İlgili sitelere reklam vermeden önce, dünyaca bilinen Harry Potter blogger’larından 10 – 12 tanesini davet etmiş. Halkın ziyaretine açılmadan birkaç gün önce, onlar için özel bir gün tertiplemiş. Harry Potter pavyonunu sadece onlara açmışlar. (Bir cins Beta Sürümü gibi.) İşin tasarımından gerçekleştirilmesine kadar geçen sürede yapılanları, arka planını, makineleri, vs. onlara göstermişler. Mühendislerle, tasarımcılarla tanıştırmışlar.

Açılma zamanında hedef kitlenin sıkça ziyaret ettiği sitelerde reklam banner’ları ve diğer pazarlama faaliyetleri de unutulmamış.

Sadece birkaç ay içinde, tüm maliyeti çıkarıp kâra geçmişler.

  • Dediğim gibi, öykü sonradan uydurma da olabilir. Ben bir konferansda dinlemiştim.

🙂

Ama uydurma olmadığını bildiğim bir öykü daha var.

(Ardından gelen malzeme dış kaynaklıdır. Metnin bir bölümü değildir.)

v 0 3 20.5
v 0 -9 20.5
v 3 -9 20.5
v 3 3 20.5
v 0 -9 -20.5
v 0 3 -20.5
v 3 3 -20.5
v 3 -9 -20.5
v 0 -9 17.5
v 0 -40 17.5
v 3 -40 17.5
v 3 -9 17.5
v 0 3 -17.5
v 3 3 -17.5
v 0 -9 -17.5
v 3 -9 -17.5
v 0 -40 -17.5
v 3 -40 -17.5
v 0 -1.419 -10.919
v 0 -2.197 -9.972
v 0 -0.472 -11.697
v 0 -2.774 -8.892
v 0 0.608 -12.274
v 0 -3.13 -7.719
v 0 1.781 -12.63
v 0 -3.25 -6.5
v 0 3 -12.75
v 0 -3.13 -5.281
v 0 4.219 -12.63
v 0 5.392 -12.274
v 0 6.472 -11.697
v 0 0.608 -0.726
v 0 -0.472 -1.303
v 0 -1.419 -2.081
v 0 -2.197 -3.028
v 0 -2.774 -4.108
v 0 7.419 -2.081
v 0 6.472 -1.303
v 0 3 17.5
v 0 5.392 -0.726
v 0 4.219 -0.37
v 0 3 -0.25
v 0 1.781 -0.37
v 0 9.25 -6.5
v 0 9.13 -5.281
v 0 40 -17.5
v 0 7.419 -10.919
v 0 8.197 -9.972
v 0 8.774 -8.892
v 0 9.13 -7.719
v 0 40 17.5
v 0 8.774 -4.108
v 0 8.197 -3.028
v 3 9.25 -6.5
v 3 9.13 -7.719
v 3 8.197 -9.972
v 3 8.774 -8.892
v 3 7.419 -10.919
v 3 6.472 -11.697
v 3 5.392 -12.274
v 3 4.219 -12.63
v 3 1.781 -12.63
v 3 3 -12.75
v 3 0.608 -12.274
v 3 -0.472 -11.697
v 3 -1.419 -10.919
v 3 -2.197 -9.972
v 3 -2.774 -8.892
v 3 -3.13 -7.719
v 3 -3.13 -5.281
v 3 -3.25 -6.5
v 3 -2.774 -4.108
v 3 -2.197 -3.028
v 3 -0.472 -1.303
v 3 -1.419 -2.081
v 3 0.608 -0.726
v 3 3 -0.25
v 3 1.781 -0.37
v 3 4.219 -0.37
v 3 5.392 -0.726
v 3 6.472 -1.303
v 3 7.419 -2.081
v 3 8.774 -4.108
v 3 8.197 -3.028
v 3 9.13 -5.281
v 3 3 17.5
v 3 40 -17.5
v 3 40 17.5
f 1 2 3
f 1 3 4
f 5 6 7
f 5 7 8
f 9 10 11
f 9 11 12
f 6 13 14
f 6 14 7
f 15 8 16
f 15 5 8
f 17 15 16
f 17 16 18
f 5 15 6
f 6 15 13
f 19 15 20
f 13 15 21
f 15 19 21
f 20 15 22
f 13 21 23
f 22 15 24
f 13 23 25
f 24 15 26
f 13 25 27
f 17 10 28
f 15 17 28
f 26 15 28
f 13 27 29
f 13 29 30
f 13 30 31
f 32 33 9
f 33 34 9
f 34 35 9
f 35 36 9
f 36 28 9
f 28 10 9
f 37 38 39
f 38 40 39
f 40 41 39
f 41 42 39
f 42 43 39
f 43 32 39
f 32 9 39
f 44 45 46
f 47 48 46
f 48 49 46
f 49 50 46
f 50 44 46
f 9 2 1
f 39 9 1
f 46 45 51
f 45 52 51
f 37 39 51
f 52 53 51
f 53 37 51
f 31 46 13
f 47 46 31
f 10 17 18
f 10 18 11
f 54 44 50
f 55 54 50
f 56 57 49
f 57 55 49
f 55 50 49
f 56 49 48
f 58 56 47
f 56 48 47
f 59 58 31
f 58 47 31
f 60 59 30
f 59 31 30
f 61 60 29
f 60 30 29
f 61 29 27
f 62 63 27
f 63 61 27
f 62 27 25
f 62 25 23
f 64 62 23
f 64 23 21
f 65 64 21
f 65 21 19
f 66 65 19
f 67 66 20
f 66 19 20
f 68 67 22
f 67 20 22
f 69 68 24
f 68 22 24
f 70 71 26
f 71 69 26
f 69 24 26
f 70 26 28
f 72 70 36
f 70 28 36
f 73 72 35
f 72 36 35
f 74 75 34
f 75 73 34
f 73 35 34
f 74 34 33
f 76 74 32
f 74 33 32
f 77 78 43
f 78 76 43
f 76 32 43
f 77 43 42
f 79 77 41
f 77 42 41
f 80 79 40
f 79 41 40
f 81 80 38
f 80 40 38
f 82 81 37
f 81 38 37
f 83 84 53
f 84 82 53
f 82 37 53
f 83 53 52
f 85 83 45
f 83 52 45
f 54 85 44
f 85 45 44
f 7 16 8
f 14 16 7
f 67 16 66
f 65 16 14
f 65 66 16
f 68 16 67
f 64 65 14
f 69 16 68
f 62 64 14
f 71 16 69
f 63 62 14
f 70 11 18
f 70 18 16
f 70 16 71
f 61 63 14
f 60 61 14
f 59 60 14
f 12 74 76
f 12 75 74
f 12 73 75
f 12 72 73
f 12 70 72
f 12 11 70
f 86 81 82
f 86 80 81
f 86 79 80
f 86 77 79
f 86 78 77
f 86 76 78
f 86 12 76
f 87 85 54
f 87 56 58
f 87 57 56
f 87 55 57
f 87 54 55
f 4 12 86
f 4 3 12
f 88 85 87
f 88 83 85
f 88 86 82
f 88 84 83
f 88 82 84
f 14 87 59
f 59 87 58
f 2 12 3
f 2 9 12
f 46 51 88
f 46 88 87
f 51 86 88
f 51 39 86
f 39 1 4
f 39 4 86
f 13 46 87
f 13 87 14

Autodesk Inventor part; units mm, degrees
ref_plane "YZ Plane" through (0, 0, 0) normal (1, 0, 0) x (0, 1, 0)
ref_plane "XZ Plane" through (0, 0, 0) normal (0, 1, 0) x (-1, 0, 0)
ref_plane "XY Plane" through (0, 0, 0) normal (0, 0, 1) x (1, 0, 0)
sketch "Boceto1" plane through (0, 0, 0) normal (1, 0, 0) x (0, 1, 0)
  circle A0 centre (3, -6.5) radius 6.25
  line L0 (-9, 17.5) -> (-9, 20.5)
  line L1 (-9, 20.5) -> (3, 20.5)
  line L2 (3, 20.5) -> (3, 17.5)
  line L3 (3, 17.5) -> (40, 17.5)
  line L4 (40, 17.5) -> (40, -17.5)
  line L5 (40, -17.5) -> (3, -17.5)
  line L6 (3, -17.5) -> (3, -20.5)
  line L7 (3, -20.5) -> (-9, -20.5)
  line L8 (-9, -20.5) -> (-9, -17.5)
  line L9 (-9, -17.5) -> (-40, -17.5)
  line L10 (-40, -17.5) -> (-40, 17.5)
  line L11 (-40, 17.5) -> (-9, 17.5)
  point P0 (0, 0)
extrude "Extrusión1" add sketch "Boceto1" along normal blind 3
properties part number "Wheel_Support" material "MDF Tablero de fibras de densidad media"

ABD’ye bir Sanal Oyunlar Konferansı için gittiğimde tanıştığım kişiler bazı isimlerden bahsediyorlardı. Yine sayıları 10 civarında olan sanal oyun bloggerları. “Bunların 4 – 5 tanesi bir oyun için sıkıcı, işe yaramaz, göz yoruyor, takılıyor, şu oyunun basit kopyası, zevksiz, vb. yazarsa o oyun kesinlikle oynanmıyor” demişlerdi.

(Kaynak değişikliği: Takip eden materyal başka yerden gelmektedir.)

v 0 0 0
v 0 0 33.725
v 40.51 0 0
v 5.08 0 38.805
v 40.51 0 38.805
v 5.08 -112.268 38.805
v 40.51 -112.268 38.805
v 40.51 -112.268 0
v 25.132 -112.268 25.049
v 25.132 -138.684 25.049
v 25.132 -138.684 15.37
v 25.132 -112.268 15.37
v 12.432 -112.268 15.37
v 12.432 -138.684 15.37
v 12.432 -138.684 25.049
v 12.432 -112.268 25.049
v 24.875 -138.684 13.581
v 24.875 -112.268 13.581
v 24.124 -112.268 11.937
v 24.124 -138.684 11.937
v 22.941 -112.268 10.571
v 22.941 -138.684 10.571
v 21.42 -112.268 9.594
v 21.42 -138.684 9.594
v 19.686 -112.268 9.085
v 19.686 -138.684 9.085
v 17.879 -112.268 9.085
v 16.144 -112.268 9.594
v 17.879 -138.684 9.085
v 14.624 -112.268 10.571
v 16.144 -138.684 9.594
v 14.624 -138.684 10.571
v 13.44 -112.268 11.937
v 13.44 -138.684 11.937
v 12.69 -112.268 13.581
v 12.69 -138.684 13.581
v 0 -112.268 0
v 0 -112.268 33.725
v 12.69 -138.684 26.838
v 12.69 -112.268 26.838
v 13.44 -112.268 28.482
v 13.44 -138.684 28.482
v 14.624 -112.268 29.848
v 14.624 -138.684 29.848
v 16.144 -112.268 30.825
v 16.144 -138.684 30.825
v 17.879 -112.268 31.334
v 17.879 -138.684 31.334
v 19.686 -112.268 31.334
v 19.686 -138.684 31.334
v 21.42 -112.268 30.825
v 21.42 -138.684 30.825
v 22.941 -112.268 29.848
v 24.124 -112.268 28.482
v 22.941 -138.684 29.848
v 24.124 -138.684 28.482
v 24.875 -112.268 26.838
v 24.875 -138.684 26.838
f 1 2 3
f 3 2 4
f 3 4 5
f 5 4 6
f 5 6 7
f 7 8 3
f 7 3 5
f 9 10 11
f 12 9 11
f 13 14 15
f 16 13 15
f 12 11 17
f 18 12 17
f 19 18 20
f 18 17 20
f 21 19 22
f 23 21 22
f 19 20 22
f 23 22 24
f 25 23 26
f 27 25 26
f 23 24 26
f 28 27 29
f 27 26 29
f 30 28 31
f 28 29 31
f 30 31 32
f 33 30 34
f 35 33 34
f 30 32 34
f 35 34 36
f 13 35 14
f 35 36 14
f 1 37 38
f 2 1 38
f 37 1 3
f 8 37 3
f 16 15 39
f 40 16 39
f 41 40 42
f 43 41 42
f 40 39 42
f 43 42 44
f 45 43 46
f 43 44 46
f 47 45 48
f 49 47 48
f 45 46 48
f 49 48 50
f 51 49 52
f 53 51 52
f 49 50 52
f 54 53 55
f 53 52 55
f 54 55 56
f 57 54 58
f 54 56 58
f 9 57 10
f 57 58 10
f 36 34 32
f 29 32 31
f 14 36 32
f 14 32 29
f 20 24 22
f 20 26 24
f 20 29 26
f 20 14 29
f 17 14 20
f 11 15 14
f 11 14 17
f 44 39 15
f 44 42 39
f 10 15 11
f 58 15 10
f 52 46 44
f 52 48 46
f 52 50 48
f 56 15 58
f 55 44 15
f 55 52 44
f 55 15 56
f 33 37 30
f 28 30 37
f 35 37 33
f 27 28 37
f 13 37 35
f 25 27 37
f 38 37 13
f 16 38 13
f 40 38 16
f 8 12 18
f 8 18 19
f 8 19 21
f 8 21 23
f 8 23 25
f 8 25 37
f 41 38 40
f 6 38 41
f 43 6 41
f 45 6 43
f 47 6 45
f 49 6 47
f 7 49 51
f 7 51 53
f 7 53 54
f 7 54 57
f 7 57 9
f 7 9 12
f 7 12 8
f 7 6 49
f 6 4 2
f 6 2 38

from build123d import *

# Parameters (mm, degrees)
F0_W     = 40.5096374452
F0_H     = 38.8049148023
F1_DEPTH = 138.684
F2_SIZE  = 5.08
F5_DEPTH = 26.416


with BuildPart() as f1:
    # F0 (on Front) → F1 (new body)
    with BuildSketch(Plane.XZ):
        with Locations((20.2548187226, 19.4024574012)):
            Rectangle(F0_W, F0_H)
    extrude(amount=F1_DEPTH)

    # F2
    f2_edges = [f1.edges().sort_by_distance(p)[0] for p in [
        (0, -69.342, 38.804915),
    ]]
    chamfer(f2_edges, length=F2_SIZE)

    # F4 (on face) → F5 (cut)
    with BuildSketch(Plane.XZ.offset(138.684)):
        Polygon((40.5096374452, 38.8049148023), (5.08, 38.8049148023), (0, 33.7249148023), (0, 0), (40.5096374452, 0), align=None)
        with BuildLine():
            Line((12.4323120505, 15.3702050447), (12.4323120505, 25.048552081))
            ThreePointArc((12.4323120505, 25.048552081), (18.7823120505, 31.398552081), (25.1323120505, 25.048552081))
            Line((25.1323120505, 25.048552081), (25.1323120505, 15.3702050447))
            ThreePointArc((25.1323120505, 15.3702050447), (18.7823120505, 9.0202050447), (12.4323120505, 15.3702050447))
        make_face(mode=Mode.SUBTRACT)
    extrude(amount=-F5_DEPTH, mode=Mode.SUBTRACT)


solid = f1.part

  • Bu isimlerden 2 tanesiyle de tanıştım.

😉

Benzer şekilde, ABD’de bilgisayar dünyasında özel içerik veya test ürünü verilecek kanaat önderi olarak 60 civarında kişiden söz ediliyor. (Uluslararası dijital ajans ağlarının Türkiye temsilcilerinden aldım bu bilgiyi.)

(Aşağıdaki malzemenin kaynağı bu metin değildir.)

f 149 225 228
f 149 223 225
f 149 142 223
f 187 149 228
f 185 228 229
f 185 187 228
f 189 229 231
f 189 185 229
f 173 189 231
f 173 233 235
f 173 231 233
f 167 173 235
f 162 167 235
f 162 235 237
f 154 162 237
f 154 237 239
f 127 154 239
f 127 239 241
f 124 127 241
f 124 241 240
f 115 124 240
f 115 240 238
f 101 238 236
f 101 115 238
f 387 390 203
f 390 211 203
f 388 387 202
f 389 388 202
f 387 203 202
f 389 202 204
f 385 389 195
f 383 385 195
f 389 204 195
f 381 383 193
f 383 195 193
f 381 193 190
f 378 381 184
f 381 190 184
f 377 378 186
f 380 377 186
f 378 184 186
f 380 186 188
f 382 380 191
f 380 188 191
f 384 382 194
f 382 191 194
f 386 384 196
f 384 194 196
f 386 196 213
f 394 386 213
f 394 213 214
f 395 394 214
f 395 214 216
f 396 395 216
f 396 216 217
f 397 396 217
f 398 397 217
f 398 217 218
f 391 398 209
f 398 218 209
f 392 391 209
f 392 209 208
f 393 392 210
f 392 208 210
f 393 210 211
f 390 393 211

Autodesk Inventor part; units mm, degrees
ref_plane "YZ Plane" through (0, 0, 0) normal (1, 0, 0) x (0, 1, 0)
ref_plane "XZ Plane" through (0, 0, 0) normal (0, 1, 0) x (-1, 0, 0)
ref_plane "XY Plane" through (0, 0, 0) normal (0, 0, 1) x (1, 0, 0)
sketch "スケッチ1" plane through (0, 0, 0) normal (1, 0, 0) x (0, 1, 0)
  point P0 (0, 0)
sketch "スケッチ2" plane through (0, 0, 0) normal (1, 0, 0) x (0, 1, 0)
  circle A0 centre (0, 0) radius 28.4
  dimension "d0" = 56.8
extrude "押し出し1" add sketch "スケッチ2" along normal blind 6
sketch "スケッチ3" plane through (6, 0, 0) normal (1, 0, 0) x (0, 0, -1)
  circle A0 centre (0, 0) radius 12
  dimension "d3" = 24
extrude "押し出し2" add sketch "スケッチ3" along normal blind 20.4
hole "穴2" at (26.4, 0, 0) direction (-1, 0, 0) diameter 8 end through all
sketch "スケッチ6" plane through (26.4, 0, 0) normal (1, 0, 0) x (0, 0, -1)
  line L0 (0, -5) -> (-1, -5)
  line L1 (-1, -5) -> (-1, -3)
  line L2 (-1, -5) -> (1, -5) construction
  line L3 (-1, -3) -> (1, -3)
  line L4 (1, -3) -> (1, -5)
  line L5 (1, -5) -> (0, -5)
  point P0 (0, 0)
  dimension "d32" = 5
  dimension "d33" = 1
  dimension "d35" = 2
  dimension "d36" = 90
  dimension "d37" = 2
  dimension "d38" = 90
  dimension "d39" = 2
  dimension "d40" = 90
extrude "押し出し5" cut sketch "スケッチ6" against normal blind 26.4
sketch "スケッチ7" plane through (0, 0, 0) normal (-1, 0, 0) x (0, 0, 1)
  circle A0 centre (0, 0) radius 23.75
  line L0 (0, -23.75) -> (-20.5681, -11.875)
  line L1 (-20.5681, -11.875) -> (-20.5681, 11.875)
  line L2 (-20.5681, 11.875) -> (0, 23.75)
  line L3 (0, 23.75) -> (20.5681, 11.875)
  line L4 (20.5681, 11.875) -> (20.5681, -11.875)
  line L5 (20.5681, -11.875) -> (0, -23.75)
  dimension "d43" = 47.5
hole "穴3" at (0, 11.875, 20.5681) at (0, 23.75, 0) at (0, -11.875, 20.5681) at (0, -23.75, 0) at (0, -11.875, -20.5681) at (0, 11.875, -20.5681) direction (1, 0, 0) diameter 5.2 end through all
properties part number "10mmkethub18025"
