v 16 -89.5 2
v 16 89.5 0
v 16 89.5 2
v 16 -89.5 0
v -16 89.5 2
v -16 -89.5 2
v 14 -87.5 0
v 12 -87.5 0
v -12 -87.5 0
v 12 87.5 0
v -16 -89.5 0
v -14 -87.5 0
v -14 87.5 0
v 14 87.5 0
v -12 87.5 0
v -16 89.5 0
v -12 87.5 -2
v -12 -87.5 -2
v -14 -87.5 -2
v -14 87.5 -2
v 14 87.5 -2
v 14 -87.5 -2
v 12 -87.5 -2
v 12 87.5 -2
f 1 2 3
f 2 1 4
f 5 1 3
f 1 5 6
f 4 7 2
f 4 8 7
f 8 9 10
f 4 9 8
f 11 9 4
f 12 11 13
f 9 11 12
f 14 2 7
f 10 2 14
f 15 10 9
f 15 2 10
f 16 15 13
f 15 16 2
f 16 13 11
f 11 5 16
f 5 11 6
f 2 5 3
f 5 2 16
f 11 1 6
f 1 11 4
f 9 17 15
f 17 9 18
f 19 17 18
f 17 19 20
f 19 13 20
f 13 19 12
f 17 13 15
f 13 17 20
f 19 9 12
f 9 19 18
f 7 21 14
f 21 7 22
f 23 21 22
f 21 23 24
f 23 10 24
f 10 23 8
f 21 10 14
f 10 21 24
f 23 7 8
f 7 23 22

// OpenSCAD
$fn=50;

// Lid exterior dimensions
LID_W = 32; // Lid Width, the width of the box plus twice the wall thickness
LID_L = 179; // Lid Length, the length of the box plus twice the wall thickness
LID_H = 2; // Lid Height

// Runners dimensions
RUNNER_W = 2; // Runner Width
RUNNER_L = LID_L - 4; // Runner Length, slightly less than lid length to avoid overhang
RUNNER_H = 2; // Runner Height, same as wall thickness

// Wall thickness
WALL_THICKNESS = 2;

union() {
    // Create the lid
    translate([0, 0, RUNNER_H/2])
        cube([LID_W, LID_L, LID_H], center=true);

    // Add runners under the lid
    translate([-LID_W/2 + RUNNER_W/2 + WALL_THICKNESS, 0, -RUNNER_H/2])
        cube([RUNNER_W, RUNNER_L, RUNNER_H], center=true);

    translate([LID_W/2 - RUNNER_W/2 - WALL_THICKNESS, 0, -RUNNER_H/2])
        #cube([RUNNER_W, RUNNER_L, RUNNER_H], center=true);
}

Onları izleyen yüzbinlerce kişinin satın alma kararını etkiliyorlar. Sektör de onları biliyor. Sırtında yumurta küfesi olmayan, ürününe güvenen onlara ürün gönderiyor. Deneme sonuçlarını herkesle birlikte blogdan öğreniyorlar.

😉

Bu nedenle önceki yazılarda her blogger’ı aynı zannetmenin pazarlama açısından yanlış olduğunu vurguladım.

Sektörel bazda kiminle nasıl iletişim kurulacağı, kime özel içerik sağlanacağı, kime ürün testleri yaptırılacağı, kimin hangi etkinliğe davet edileceği önemli konudur. Bilgi çağında, müşterilere tarafsız ve doğru bilgi aktaranlar elbette diğerlerinden daha değerlidirler. (Parasal olarak değil, bilgi kaynağı olarak.)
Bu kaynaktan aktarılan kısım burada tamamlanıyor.